Fig. 1.

Total ion chromatograms of HLA-A2.1–associated peptides. C1R-A2.1 (A) or C1R (B) cells (2 × 10⁹) were solubilized in 20 mM tris, pH 8.0, 150 mM NaCl, 1% NP-40, 2 mM PMSF, 100 µM iodoacetamide, Aprotinin (5 µg/ml), Leupeptin (10 µg/ml), Pepstatin A (10 µg/ml), EDTA (3 ng/ml), and 0.2% sodium azide. After sample centrifugation at 100,000g for 1 hour, supernatants were immunoprecipitated with the HLA-A2.1–specific monoclonal antibody BB7.2 (30) and protein A–Sepharose (Sigma). Precipitates were extracted with 0.2 N acetic acid. The supernatants were brought to pH 2.1 with glacial acetic acid and boiled for 5 min, centrifuged through an Ultrafree-Cl unit (millipore) with a norminal limit of 5 KD, and concentrated by vacuum centrifugation. Mass spectra were recorded on a Finnigan-MAT TSQ-70 (san Jose, California) triple quadrupole mass spectrometer equipped with an electrospray ion source and a C-18 microcapillary-HPLC column (75 µm by 10 cm) (14). The column was eluted with a gradient of 0 to 80% acetonitrile in 0.5% acetic acid over 10 min at 1 to 2 µl/min.

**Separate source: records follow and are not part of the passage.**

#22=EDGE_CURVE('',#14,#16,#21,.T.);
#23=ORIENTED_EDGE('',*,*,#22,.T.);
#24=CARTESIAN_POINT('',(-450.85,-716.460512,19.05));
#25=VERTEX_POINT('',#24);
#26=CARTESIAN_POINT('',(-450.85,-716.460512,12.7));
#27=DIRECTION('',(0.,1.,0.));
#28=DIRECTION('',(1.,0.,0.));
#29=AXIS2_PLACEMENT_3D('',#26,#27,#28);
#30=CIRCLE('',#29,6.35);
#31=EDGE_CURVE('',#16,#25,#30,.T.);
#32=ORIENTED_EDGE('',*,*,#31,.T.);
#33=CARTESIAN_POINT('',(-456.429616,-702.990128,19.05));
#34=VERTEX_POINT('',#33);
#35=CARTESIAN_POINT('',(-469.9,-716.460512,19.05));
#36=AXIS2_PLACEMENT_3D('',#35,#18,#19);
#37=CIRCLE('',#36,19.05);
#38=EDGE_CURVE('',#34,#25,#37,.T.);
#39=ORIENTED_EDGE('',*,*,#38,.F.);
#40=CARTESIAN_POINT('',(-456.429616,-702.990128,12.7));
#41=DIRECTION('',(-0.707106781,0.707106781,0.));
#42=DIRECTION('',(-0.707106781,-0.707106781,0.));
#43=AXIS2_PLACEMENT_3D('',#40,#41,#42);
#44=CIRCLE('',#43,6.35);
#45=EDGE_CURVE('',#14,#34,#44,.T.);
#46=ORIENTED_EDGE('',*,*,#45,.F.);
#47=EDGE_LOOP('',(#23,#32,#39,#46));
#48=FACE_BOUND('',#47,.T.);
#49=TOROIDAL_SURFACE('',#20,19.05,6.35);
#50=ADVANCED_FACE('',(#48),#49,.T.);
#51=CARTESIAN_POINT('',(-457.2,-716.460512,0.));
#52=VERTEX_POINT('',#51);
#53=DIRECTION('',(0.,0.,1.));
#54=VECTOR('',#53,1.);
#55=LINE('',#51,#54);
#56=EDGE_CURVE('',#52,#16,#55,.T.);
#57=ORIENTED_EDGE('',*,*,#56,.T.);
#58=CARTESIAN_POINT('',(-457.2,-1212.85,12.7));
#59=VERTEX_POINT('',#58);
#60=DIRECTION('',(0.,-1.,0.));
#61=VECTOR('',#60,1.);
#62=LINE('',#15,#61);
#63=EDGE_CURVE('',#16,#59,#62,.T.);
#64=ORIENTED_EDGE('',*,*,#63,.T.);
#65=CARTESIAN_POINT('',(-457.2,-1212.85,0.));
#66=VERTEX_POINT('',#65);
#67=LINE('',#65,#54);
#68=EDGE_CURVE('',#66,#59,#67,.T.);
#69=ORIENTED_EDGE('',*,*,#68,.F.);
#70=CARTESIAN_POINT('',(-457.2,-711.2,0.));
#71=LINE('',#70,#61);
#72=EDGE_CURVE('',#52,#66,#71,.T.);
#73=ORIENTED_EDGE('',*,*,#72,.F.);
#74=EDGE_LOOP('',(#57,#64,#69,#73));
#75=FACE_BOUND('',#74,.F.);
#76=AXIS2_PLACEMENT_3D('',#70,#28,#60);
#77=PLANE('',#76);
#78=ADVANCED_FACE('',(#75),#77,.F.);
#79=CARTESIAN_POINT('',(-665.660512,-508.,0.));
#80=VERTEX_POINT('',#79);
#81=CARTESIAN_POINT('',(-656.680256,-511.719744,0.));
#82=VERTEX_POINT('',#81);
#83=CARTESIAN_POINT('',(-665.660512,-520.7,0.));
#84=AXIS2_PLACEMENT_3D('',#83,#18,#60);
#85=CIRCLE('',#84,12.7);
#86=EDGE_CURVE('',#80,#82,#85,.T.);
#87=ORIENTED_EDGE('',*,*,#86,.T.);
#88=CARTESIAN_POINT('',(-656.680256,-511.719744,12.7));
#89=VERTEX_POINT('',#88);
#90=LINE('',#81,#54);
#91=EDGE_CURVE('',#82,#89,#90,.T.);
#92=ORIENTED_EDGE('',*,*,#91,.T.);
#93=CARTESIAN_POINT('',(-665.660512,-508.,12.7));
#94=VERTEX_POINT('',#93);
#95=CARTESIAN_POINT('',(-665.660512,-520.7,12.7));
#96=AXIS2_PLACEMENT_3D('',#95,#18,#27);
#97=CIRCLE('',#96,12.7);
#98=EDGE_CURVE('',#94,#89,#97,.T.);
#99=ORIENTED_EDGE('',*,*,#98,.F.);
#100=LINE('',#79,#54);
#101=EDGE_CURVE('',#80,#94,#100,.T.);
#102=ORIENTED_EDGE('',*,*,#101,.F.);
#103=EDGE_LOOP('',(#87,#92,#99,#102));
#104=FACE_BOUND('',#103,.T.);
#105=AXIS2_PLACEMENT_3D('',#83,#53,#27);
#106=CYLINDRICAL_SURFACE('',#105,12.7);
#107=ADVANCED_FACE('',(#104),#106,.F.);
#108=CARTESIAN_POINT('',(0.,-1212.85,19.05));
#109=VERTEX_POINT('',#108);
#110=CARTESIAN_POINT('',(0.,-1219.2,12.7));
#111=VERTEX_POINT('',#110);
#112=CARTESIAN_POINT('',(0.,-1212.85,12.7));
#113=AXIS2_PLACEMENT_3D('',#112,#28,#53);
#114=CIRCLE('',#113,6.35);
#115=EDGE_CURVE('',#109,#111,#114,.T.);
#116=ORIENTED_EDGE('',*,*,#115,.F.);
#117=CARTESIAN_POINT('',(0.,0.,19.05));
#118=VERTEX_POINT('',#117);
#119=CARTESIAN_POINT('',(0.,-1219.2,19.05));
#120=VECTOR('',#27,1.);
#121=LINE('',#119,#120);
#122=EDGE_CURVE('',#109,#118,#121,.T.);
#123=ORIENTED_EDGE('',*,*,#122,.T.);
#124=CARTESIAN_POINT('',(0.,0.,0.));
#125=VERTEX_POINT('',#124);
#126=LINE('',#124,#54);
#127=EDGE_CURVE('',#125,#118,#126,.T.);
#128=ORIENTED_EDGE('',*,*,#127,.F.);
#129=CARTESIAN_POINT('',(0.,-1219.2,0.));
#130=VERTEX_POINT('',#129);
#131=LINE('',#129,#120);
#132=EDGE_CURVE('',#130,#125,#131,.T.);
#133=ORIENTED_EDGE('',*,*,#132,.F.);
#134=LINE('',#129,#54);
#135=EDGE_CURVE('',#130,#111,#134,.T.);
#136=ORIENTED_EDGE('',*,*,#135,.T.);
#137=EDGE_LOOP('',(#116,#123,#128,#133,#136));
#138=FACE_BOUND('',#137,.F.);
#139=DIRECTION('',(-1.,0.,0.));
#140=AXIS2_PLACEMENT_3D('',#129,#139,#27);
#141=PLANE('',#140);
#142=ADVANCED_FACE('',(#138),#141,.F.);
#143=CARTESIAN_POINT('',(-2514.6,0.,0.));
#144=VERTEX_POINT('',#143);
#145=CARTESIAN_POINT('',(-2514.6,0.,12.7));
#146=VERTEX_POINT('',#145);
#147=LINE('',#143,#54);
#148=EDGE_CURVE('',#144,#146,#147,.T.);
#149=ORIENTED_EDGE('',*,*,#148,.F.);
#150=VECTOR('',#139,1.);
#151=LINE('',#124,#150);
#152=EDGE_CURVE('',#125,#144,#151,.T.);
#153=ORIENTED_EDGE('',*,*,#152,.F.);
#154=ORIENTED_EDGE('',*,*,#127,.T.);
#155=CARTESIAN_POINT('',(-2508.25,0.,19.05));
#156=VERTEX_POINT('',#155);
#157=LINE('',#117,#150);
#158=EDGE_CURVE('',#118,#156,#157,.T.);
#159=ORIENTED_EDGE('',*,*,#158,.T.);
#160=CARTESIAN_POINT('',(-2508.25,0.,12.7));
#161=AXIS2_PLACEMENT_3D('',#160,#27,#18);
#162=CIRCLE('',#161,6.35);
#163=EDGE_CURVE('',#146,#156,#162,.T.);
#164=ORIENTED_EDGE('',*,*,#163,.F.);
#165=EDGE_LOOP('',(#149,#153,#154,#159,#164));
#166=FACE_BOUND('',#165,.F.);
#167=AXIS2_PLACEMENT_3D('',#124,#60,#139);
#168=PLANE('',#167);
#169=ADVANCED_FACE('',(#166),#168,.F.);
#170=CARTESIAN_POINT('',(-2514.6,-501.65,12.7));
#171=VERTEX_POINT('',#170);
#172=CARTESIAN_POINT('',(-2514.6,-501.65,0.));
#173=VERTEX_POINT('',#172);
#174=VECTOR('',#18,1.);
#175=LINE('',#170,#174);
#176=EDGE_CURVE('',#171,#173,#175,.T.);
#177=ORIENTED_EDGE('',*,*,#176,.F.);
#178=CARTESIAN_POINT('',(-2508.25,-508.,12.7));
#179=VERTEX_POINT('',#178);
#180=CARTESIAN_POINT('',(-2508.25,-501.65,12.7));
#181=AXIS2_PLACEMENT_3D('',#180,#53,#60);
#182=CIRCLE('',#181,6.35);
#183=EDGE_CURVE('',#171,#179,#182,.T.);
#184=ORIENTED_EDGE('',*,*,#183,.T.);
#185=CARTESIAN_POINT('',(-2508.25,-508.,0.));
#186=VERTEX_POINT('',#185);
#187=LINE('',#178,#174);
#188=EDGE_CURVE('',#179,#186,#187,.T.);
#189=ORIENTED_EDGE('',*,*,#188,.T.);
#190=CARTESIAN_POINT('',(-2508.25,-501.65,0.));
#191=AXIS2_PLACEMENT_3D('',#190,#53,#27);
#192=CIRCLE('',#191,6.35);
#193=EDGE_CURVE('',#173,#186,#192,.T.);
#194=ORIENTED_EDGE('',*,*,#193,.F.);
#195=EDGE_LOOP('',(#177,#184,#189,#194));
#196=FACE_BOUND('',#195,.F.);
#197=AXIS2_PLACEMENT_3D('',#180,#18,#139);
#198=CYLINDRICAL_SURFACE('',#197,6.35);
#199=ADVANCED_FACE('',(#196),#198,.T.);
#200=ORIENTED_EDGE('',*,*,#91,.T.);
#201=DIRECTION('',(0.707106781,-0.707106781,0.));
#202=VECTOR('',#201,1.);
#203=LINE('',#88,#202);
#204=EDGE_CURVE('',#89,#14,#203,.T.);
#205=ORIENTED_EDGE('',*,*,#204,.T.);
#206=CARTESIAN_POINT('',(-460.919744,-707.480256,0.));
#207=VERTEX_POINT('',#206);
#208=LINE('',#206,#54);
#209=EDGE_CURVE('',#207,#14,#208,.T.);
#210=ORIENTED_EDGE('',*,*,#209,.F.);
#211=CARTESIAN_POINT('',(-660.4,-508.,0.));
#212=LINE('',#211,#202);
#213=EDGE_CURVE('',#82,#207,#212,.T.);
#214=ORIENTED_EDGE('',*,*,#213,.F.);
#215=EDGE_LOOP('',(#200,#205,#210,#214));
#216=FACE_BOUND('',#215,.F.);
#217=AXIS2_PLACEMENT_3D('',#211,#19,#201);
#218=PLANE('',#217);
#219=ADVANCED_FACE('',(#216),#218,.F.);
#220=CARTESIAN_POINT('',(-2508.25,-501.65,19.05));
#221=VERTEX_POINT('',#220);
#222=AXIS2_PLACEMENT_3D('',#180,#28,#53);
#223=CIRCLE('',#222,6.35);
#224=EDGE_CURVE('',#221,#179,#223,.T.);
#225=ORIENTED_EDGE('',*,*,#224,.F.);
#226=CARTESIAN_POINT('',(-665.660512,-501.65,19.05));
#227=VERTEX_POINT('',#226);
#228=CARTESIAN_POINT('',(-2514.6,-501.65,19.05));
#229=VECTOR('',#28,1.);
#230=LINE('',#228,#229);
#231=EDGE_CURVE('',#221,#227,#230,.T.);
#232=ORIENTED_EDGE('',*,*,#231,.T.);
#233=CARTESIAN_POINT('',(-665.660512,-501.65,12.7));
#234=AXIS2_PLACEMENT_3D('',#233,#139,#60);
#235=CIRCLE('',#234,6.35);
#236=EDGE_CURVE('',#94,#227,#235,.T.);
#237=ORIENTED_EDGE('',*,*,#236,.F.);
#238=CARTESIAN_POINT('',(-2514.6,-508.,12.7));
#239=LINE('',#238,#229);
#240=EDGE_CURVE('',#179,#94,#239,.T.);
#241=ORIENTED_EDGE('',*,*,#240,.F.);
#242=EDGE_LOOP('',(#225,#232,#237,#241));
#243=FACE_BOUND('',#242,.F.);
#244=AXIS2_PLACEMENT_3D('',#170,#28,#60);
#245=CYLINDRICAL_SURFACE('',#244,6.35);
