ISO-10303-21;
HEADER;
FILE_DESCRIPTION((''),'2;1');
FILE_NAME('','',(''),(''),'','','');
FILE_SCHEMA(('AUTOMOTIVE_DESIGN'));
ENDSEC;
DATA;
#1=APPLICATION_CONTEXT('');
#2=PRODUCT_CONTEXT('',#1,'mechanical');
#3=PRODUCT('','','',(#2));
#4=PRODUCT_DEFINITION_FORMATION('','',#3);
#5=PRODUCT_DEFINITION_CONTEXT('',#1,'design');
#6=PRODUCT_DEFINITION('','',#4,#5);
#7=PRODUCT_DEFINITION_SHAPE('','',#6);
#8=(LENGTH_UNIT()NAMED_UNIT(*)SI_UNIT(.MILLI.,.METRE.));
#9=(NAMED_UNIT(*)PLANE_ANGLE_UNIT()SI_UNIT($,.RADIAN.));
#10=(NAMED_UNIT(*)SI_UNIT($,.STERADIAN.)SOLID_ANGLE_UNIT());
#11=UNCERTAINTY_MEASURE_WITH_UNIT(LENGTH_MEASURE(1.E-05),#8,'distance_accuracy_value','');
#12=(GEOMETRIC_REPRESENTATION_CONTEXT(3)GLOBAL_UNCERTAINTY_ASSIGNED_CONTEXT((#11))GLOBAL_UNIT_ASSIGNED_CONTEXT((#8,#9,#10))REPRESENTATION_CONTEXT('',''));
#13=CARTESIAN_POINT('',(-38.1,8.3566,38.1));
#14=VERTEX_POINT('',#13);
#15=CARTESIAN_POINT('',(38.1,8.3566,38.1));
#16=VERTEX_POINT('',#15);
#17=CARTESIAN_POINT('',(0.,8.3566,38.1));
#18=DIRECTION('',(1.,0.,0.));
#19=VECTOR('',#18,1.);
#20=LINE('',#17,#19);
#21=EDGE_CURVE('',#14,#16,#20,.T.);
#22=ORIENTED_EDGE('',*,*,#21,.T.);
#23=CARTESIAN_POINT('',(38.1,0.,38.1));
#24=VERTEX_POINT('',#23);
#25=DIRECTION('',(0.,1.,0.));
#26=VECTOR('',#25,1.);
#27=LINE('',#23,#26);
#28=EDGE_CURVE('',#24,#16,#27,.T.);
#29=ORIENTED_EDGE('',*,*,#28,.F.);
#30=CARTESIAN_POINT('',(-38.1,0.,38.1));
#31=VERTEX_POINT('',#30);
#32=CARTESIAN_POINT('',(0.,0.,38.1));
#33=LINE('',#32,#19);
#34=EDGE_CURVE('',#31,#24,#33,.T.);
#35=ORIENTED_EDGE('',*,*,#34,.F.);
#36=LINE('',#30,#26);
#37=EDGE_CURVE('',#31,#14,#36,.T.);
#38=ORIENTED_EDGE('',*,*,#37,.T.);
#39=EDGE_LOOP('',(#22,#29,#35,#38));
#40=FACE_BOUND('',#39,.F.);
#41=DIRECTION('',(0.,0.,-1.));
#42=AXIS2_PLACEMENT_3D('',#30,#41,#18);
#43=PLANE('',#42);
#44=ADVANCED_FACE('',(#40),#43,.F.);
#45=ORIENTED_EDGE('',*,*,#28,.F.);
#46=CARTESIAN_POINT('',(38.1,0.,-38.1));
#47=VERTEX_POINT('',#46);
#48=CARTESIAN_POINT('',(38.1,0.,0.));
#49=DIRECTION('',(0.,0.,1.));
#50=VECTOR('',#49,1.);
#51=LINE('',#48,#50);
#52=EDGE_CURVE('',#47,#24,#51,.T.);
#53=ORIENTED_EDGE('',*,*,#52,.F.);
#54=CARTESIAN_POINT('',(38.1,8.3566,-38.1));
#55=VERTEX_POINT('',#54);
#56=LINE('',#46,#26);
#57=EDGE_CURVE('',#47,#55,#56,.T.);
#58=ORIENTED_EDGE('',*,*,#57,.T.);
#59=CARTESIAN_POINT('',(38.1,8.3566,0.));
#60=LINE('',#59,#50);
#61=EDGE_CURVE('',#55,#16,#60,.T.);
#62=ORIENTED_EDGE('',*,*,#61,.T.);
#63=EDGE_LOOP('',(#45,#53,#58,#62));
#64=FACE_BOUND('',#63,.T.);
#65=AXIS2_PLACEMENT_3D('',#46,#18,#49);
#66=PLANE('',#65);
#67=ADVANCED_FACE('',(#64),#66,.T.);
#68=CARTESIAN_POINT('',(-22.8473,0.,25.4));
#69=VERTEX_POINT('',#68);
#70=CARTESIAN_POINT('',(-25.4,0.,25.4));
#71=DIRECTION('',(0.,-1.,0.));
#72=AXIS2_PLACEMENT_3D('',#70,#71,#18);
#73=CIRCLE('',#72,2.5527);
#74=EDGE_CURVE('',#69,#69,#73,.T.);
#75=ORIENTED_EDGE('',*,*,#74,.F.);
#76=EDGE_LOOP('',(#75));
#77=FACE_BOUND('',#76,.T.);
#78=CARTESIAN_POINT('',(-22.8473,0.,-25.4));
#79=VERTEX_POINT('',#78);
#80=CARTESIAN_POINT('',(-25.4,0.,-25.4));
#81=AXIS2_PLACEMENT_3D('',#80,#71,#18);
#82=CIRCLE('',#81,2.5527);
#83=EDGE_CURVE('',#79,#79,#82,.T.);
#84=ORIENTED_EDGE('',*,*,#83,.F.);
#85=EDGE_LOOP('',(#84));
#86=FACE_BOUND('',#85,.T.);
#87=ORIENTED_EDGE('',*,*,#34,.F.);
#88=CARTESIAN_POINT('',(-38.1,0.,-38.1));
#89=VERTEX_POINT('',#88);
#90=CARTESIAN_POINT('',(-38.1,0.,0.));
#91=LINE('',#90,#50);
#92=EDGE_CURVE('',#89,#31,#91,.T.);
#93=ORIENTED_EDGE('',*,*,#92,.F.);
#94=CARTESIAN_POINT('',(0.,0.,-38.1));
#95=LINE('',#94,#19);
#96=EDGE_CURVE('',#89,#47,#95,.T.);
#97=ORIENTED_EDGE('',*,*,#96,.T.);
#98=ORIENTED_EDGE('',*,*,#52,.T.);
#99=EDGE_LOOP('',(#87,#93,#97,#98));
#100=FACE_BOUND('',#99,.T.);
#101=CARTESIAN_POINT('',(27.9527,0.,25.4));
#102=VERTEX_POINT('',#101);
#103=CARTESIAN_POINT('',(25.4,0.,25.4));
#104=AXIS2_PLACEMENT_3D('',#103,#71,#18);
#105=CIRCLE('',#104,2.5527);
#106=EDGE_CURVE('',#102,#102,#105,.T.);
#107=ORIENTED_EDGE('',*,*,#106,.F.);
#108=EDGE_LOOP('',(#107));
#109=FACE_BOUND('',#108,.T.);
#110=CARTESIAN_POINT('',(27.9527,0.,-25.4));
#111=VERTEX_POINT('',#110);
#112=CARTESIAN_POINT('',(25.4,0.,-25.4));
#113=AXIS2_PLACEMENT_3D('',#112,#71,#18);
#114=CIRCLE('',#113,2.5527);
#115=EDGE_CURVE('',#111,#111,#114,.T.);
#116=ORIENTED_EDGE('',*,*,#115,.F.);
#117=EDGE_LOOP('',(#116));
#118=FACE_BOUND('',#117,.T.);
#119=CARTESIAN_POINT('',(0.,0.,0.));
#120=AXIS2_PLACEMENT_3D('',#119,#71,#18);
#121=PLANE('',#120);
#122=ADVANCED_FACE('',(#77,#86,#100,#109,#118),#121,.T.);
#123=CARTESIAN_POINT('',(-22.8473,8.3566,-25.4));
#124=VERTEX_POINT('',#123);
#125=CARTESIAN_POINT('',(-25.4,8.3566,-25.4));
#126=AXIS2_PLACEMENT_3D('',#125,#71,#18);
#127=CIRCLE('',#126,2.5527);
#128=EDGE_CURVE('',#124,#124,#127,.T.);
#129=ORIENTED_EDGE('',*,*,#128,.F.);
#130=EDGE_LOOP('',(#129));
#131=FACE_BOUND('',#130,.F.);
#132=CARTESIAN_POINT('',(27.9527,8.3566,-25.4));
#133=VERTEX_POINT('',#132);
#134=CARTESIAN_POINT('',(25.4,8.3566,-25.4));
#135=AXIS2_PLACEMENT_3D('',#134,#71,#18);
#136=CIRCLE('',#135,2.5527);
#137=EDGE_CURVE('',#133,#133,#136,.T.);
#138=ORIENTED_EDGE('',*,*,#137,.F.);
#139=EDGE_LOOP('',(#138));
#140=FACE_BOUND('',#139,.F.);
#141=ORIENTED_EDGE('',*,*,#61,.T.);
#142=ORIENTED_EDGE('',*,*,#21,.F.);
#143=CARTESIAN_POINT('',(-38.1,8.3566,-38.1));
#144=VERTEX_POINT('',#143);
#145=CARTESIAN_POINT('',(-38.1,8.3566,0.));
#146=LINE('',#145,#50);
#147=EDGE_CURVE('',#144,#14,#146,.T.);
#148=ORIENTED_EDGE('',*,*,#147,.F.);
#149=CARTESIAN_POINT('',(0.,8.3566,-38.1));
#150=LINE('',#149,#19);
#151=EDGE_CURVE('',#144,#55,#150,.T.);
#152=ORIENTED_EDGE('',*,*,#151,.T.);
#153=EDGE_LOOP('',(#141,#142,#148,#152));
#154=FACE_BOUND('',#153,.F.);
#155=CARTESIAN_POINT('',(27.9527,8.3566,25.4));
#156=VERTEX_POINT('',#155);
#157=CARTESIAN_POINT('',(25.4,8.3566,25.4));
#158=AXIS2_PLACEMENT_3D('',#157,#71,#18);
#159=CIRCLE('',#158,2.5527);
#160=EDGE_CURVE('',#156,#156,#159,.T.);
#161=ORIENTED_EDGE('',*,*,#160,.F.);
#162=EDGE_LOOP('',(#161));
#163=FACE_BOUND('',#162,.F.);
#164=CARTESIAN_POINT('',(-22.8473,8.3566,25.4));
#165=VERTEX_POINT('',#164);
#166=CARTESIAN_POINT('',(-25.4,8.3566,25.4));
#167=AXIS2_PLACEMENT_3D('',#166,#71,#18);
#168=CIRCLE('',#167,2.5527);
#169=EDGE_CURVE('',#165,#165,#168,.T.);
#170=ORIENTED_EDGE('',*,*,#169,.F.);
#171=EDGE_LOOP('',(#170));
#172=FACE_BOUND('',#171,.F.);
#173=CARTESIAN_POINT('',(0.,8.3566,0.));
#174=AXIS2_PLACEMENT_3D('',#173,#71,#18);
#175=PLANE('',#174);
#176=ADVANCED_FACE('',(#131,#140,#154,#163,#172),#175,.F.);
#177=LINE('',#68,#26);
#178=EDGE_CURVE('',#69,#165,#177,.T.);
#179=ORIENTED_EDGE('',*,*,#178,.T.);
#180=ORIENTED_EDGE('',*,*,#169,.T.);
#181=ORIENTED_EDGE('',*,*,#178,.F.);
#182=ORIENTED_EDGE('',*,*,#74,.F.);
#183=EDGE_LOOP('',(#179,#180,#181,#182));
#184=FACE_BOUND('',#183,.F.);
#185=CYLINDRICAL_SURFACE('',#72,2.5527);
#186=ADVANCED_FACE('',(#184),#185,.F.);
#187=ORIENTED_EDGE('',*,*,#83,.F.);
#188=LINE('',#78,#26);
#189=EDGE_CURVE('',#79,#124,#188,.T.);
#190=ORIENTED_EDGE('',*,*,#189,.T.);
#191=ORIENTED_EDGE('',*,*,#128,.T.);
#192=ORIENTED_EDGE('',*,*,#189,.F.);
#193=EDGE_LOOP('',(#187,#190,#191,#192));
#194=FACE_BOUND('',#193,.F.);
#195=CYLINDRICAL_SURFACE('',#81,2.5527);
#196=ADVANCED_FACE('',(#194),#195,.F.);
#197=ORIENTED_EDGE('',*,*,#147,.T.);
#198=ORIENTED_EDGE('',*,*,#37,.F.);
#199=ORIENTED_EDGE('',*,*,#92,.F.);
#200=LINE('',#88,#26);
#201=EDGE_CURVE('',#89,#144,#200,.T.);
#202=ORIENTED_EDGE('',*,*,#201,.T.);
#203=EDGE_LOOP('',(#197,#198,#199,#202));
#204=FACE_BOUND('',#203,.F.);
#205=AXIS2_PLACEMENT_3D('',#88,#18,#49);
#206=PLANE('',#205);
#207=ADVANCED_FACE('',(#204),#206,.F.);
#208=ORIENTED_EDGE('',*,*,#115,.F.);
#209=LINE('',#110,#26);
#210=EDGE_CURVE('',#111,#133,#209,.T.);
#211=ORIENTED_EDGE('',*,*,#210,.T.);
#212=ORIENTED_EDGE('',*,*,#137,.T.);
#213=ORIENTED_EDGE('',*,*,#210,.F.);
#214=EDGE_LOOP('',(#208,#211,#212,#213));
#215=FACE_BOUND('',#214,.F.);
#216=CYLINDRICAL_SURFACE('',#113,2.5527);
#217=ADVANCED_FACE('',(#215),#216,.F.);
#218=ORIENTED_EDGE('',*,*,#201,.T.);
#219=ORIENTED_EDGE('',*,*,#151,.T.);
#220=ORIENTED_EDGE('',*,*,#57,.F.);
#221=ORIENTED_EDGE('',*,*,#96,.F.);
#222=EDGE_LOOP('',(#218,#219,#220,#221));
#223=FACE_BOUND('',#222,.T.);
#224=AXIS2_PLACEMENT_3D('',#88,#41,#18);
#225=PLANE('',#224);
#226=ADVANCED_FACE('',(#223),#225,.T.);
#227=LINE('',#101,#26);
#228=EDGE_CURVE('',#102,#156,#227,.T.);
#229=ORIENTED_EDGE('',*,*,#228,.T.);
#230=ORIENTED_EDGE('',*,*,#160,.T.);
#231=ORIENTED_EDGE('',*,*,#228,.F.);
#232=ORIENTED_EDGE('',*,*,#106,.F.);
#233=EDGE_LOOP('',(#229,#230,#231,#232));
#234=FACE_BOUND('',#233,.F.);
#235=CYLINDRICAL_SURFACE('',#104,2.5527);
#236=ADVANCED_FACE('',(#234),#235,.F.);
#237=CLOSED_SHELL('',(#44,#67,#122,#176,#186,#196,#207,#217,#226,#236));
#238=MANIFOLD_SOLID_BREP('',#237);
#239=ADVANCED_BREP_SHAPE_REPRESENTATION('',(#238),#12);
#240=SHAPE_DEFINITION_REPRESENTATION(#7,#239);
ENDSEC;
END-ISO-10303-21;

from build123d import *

# Parameters (mm, degrees)
F0_W     = 76.2
F0_H     = 76.2
F1_DEPTH = 8.3566
F2_R     = 2.5527
F3_DEPTH = 8.3576


with BuildPart() as f1:
    # F0 (on Front) → F1 (new body)
    with BuildSketch(Plane.XZ):
        Rectangle(F0_W, F0_H)
    extrude(amount=-F1_DEPTH)

    # F2 (on Front) → F3 (cut, through all)
    with BuildSketch(Plane.XZ):
        with Locations((-25.4, 25.4)):
            Circle(F2_R)
        with Locations((25.4, 25.4)):
            Circle(F2_R)
        with Locations((-25.4, -25.4)):
            Circle(F2_R)
        with Locations((25.4, -25.4)):
            Circle(F2_R)
    extrude(amount=-F3_DEPTH, mode=Mode.SUBTRACT)


solid = f1.part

The electrospray needle was operated with a voltage differential of 4 to 5keV and a sheath flow of 2 to 4 µl/min of 3:1 mixture of methanol:0.5% acetic acid. Total ion signal from samples equivalent to 10⁸ cells was obtained by scanning the range of masses corresponding to m/z values between 300 and 1500 every 2 s and then summing each of the spectra. Insets are plots of ion current for the peptide (M+H)⁺ ions at m/z 1121 (nominal mass).